Histological diagnosis of glioblastoma (GBM) was determined by the presence of necrosis or microvascular proliferation (histGBM). The 2021 WHO classification now considers IDH-wildtype diffuse astrocytic tumors without the histological features of glioblastoma (that would have otherwise been classified as grade 2 or 3) as molecular GBM (molGBM, WHO grade 4) if they harbor any of the following molecular abnormalities: TERT promoter mutation, EGFR amplification, or chromosomal + 7/− 10 copy changes. The objective of this study was to explore and compare the survival outcomes between histGBM and molGBM.

Methods

Medical records for patients diagnosed with GBM at the three tertiary care academic centers of our institution from November 2017 to October 2021. Only patients who underwent adjuvant chemoradiation were included. Patients without molecular feature testing or with an IDH mutation were excluded.
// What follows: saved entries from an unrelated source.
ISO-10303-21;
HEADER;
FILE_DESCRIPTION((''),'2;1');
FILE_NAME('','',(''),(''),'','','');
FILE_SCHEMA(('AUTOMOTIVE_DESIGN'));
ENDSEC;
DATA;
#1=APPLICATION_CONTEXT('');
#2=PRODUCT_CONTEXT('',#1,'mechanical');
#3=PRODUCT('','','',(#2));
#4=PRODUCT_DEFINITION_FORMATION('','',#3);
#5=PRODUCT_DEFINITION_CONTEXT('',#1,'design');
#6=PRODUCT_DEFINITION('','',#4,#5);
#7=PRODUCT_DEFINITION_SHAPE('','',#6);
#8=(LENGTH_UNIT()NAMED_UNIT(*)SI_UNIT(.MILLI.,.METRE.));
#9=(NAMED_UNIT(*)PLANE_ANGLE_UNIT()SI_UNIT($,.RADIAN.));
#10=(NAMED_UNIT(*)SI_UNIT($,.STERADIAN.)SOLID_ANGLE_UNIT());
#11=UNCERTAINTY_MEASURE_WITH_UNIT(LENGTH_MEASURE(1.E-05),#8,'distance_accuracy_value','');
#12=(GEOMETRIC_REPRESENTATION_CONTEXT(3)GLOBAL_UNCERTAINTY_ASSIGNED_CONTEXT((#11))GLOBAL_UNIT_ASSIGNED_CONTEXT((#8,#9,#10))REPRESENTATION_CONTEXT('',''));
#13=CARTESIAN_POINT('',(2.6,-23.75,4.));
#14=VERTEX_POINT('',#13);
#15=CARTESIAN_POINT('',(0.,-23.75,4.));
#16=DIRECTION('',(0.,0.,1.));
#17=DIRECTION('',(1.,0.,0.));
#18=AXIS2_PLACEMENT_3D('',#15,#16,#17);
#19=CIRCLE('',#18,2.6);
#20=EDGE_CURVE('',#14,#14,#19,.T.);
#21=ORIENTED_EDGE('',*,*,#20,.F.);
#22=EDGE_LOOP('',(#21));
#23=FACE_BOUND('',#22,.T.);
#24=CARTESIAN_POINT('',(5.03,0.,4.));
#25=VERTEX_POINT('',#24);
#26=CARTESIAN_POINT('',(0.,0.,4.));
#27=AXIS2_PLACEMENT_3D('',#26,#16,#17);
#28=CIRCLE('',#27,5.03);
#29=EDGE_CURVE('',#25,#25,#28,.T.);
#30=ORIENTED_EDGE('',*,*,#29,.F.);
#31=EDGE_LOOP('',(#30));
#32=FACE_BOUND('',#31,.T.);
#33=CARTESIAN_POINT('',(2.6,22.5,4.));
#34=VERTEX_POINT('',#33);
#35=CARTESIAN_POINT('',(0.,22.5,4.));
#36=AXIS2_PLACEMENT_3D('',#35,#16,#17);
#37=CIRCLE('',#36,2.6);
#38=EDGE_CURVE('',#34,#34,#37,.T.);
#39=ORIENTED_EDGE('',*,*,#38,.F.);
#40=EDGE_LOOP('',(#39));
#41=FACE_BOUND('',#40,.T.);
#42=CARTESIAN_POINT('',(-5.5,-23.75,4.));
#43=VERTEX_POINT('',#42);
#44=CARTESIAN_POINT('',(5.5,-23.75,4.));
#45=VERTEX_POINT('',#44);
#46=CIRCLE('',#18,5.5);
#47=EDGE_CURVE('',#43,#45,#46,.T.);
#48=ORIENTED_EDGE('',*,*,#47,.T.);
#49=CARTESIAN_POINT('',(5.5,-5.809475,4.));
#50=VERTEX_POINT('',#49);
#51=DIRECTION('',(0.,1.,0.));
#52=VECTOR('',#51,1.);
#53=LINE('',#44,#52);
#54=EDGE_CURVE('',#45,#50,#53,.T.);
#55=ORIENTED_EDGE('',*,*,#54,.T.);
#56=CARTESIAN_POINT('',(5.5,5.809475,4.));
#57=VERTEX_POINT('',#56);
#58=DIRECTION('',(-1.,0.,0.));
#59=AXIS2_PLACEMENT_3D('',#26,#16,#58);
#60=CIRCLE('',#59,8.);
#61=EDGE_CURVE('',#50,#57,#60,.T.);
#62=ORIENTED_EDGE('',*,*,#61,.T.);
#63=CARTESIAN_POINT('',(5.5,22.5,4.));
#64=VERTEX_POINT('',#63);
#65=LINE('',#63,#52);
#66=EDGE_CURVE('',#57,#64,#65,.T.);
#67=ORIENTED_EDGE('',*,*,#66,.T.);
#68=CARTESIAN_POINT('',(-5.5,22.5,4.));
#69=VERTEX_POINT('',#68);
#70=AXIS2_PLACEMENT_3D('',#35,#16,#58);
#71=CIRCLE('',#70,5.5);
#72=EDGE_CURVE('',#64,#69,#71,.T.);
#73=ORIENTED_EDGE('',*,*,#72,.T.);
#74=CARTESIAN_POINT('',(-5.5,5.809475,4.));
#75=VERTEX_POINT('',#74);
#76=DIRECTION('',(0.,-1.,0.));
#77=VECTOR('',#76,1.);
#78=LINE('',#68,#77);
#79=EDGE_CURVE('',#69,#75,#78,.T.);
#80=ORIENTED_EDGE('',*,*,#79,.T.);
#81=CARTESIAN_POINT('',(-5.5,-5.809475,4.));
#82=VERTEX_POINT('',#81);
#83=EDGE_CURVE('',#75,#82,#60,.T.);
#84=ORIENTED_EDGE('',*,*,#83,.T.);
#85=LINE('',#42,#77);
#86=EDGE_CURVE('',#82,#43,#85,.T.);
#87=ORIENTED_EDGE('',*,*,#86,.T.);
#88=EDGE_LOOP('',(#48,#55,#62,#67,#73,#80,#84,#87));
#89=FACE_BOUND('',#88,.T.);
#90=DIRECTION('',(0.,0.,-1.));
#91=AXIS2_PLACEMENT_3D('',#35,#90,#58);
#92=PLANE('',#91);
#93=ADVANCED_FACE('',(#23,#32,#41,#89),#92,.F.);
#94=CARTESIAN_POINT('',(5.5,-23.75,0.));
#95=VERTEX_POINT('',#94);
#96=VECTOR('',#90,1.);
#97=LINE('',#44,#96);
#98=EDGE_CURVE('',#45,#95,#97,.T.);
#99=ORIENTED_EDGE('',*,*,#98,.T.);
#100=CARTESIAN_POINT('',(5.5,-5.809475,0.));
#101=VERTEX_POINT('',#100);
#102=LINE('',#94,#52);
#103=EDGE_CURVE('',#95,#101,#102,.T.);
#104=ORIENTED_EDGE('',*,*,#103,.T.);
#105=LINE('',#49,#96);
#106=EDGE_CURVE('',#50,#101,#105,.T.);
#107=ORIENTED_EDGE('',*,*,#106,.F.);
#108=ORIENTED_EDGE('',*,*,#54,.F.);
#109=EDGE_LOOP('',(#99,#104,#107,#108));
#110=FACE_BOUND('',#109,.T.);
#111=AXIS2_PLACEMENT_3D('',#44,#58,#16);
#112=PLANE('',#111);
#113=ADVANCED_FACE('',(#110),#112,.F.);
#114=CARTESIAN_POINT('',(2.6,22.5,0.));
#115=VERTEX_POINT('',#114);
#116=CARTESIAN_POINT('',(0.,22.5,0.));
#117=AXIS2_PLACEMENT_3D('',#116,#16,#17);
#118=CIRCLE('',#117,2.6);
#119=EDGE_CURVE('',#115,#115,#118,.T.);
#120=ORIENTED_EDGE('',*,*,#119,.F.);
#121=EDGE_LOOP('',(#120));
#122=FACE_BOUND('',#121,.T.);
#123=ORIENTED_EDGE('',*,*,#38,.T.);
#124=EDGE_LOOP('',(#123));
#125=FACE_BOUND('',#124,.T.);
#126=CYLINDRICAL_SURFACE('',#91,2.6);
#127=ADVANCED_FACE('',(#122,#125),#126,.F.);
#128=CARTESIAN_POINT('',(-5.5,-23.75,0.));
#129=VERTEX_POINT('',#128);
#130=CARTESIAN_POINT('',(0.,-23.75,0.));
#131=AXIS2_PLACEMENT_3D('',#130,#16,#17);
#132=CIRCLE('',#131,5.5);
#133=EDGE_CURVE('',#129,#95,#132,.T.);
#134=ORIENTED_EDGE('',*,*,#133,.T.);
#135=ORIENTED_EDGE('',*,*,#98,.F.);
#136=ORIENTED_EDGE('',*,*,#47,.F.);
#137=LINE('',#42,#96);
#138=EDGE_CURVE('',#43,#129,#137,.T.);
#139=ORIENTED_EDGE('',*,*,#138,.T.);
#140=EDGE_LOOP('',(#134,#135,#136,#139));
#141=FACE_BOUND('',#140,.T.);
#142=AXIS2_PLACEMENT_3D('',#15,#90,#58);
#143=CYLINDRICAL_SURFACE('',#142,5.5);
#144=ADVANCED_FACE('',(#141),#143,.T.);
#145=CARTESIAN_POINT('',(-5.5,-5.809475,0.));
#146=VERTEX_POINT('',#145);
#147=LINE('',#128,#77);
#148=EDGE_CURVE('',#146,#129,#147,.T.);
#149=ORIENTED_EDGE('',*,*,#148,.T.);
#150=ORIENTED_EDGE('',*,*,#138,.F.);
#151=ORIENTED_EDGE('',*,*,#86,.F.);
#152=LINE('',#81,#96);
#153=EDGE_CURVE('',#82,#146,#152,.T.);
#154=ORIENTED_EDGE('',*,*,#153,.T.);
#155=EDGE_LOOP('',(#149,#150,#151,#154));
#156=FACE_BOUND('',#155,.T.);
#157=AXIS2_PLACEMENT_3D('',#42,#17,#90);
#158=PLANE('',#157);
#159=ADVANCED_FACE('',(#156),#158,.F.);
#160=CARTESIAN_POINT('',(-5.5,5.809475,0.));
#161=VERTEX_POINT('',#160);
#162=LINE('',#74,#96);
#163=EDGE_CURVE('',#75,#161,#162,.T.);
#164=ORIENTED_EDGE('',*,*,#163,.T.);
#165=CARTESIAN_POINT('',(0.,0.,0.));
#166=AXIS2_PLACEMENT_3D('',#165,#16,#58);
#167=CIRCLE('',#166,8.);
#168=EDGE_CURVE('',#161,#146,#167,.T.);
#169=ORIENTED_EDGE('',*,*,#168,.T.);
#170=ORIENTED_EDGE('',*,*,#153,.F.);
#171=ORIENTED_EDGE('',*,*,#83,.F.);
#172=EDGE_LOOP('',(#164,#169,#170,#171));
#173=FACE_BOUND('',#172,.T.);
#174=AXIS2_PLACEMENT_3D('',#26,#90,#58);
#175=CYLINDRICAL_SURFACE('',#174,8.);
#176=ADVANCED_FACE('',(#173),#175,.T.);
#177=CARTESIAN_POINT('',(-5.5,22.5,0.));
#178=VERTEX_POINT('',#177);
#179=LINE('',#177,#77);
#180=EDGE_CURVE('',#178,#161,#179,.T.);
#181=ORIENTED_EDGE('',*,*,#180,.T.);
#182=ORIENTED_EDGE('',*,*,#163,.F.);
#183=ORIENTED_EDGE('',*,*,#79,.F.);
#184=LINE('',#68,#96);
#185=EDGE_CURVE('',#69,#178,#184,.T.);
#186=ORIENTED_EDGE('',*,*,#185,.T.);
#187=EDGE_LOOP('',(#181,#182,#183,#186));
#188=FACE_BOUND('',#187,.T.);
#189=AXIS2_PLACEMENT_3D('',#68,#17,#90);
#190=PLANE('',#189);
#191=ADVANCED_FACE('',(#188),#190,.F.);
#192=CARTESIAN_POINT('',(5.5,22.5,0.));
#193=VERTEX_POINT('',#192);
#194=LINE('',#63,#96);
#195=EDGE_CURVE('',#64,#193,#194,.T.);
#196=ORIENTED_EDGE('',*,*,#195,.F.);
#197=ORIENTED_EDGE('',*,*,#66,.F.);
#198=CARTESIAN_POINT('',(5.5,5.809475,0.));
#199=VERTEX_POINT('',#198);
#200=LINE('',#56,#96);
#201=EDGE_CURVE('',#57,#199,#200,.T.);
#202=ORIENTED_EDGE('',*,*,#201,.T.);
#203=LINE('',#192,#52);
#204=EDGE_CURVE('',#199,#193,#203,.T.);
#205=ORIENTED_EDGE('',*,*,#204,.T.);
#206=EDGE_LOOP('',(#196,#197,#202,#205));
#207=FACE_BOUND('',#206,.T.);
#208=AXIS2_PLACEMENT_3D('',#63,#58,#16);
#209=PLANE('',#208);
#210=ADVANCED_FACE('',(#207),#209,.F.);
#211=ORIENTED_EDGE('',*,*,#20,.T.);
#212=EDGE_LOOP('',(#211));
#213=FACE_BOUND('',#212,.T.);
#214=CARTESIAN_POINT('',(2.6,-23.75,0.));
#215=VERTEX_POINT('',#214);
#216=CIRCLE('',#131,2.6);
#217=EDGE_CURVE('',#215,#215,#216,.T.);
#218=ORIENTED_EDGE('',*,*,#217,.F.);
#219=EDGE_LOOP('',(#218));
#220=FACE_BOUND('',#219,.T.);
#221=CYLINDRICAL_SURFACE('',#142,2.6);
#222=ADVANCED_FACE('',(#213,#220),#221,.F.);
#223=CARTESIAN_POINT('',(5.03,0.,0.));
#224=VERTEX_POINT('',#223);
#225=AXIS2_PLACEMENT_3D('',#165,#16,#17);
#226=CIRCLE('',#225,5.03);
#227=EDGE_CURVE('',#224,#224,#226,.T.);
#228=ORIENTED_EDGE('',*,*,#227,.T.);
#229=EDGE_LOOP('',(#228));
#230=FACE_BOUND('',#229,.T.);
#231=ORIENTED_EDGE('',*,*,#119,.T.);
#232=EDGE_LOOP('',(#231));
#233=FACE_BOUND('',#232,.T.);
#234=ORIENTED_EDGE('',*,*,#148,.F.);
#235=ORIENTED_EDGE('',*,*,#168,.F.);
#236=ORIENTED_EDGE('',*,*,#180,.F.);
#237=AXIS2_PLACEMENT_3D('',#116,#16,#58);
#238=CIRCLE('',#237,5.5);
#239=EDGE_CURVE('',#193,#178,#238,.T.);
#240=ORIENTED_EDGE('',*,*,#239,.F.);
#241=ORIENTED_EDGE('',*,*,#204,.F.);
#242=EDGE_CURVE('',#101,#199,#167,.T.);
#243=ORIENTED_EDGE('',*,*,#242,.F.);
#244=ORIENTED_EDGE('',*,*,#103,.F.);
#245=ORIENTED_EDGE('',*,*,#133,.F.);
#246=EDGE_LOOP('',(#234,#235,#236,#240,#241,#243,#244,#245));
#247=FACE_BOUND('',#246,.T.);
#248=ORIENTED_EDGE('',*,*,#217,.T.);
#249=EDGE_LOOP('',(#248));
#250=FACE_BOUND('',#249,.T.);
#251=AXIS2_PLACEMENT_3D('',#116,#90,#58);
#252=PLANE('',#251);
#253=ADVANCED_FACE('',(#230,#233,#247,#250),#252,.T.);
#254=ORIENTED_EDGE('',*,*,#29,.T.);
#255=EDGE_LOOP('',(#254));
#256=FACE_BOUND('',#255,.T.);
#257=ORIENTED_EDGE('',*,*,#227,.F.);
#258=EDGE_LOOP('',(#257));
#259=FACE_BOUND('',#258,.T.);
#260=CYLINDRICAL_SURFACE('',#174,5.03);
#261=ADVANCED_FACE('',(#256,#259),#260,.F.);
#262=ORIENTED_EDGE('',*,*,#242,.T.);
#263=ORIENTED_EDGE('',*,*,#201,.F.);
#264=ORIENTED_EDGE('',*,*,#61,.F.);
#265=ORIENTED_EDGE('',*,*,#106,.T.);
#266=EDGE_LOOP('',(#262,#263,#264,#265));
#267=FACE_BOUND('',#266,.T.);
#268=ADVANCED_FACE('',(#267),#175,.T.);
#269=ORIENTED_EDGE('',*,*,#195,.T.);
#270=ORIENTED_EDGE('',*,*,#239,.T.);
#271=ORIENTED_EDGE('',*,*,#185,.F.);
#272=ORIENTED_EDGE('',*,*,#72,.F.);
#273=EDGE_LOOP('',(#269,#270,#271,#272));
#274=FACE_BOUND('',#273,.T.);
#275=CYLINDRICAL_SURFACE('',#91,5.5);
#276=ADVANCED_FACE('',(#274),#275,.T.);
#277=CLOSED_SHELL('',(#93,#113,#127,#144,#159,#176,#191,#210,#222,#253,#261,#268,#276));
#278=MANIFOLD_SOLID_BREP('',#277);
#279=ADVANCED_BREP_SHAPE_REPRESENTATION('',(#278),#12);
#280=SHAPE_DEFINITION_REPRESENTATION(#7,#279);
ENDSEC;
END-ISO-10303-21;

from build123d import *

# Parameters (mm, degrees)
SKETCH_1_R      = 2.6
SKETCH_1_R_2    = 5.03
EXTRUDE_1_DEPTH = 4


with BuildPart() as part:
    # 草图1 → 凸台-拉伸1 (new body)
    with BuildSketch(Plane.XY):
        with BuildLine():
            Line((5.5, 22.5), (5.5, 5.809475019))
            ThreePointArc((5.5, 5.809475019), (8, 0), (5.5, -5.809475019))
            Line((5.5, -5.809475019), (5.5, -23.75))
            ThreePointArc((5.5, -23.75), (0, -29.25), (-5.5, -23.75))
            Line((-5.5, -23.75), (-5.5, -5.809475019))
            ThreePointArc((-5.5, -5.809475019), (-8, 0), (-5.5, 5.809475019))
            Line((-5.5, 5.809475019), (-5.5, 22.5))
            ThreePointArc((-5.5, 22.5), (0, 28), (5.5, 22.5))
        make_face()
        with Locations((0, 22.5)):
            Circle(SKETCH_1_R, mode=Mode.SUBTRACT)
        with Locations((0, -23.75)):
            Circle(SKETCH_1_R, mode=Mode.SUBTRACT)
        Circle(SKETCH_1_R_2, mode=Mode.SUBTRACT)
    extrude(amount=EXTRUDE_1_DEPTH)


solid = part.part
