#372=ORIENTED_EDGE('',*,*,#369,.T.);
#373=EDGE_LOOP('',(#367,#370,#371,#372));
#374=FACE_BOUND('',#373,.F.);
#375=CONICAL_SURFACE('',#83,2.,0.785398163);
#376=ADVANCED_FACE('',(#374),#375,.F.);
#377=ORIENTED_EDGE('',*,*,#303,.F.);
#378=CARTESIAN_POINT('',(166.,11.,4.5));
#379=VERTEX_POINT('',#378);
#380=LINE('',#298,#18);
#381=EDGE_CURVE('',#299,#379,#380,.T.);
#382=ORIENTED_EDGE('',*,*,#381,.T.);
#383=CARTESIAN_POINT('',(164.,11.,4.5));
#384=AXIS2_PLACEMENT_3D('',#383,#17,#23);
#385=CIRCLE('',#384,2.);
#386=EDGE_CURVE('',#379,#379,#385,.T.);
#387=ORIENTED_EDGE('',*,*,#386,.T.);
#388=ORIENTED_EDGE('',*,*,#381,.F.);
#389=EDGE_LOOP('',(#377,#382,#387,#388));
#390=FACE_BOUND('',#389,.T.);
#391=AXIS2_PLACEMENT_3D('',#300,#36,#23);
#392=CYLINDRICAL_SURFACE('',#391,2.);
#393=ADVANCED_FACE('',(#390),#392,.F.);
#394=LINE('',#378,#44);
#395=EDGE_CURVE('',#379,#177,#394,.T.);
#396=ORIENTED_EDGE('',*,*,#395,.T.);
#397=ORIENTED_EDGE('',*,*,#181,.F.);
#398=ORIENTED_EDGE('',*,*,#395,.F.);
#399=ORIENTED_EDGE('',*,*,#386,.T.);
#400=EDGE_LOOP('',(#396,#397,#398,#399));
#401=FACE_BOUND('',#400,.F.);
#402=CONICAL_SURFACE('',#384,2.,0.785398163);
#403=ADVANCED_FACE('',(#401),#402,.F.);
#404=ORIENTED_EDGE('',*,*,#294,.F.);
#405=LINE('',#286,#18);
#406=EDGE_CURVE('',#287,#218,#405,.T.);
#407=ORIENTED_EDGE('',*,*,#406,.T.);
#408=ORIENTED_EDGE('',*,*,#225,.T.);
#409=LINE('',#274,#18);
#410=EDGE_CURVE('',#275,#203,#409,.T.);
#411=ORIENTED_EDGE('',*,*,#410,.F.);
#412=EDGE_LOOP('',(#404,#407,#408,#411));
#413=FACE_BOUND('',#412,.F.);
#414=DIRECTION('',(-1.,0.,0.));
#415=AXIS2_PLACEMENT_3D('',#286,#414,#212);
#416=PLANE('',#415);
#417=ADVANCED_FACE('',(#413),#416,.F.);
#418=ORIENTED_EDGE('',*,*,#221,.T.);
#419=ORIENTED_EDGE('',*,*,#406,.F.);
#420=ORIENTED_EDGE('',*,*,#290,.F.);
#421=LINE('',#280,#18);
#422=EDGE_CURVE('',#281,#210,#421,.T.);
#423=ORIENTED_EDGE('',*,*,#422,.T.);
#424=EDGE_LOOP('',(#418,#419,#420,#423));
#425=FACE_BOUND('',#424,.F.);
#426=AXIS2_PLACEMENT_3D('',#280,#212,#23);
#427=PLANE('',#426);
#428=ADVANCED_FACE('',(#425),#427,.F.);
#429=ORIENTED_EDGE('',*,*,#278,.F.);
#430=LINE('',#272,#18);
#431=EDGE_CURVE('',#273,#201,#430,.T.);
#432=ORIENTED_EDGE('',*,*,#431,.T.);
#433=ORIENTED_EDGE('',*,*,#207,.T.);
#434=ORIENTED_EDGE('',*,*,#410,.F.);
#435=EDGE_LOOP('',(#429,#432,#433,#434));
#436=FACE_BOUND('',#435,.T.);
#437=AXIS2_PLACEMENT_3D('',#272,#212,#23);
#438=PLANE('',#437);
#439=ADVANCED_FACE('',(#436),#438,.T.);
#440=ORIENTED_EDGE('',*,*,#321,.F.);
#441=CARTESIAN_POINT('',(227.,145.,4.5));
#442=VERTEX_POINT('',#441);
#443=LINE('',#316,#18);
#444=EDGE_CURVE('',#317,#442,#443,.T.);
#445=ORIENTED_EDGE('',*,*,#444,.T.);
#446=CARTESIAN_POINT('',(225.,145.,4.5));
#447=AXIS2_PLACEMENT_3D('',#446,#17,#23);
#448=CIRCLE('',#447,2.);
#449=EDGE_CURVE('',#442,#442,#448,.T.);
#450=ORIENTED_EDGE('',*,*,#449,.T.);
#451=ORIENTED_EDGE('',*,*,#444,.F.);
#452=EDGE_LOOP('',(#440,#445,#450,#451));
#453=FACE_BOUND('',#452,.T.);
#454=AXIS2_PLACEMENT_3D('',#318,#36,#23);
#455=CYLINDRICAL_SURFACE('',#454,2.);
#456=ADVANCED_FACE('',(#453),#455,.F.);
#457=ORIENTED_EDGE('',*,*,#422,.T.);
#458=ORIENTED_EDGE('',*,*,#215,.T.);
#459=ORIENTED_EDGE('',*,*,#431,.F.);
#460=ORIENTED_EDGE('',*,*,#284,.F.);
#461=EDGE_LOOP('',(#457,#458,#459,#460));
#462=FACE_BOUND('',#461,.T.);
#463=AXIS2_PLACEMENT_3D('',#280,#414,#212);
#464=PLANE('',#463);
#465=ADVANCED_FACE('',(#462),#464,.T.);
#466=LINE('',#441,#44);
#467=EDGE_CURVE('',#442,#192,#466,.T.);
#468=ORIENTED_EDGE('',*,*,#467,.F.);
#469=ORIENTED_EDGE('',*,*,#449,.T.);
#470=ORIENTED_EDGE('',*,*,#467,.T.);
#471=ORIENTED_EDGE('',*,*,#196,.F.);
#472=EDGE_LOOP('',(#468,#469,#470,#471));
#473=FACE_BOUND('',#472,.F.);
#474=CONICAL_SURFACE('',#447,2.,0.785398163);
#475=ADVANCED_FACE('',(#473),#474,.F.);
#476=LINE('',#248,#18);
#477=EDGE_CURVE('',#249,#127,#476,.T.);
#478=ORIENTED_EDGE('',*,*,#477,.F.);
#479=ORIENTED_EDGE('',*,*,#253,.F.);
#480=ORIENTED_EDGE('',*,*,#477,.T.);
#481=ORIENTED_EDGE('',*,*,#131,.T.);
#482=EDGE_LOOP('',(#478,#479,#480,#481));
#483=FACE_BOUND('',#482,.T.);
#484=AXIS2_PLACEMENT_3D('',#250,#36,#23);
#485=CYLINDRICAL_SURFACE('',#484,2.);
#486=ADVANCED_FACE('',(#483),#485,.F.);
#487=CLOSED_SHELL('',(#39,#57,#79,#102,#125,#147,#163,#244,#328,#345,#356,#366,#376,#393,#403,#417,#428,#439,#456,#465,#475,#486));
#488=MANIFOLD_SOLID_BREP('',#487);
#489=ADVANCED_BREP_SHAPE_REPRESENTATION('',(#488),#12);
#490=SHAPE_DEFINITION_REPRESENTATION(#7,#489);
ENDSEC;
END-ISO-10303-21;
Univariable and multivariable analyses were performed to evaluate progression-free (PFS) and overall- survival (OS).

Results

708 consecutive patients were included; 643 with histGBM and 65 with molGBM. Median PFS was 8 months (histGBM) and 13 months (molGBM) (p = 0.0237) and median OS was 21 months (histGBM) versus 26 months (molGBM) (p = 0.435). Multivariable analysis on the molGBM sub-group showed a worse PFS if there was contrast enhancement on MRI (HR 6.224 [CI 95% 2.187–17.714], p < 0.001) and a superior PFS on patients with MGMT methylation (HR 0.026 [CI 95% 0.065–0.655], p = 0.007).

Conclusions

molGBM has a similar OS but significantly longer PFS when compared to histGBM. The presence of contrast enhancement and MGMT methylation seem to affect the clinical behavior of this subset of tumors.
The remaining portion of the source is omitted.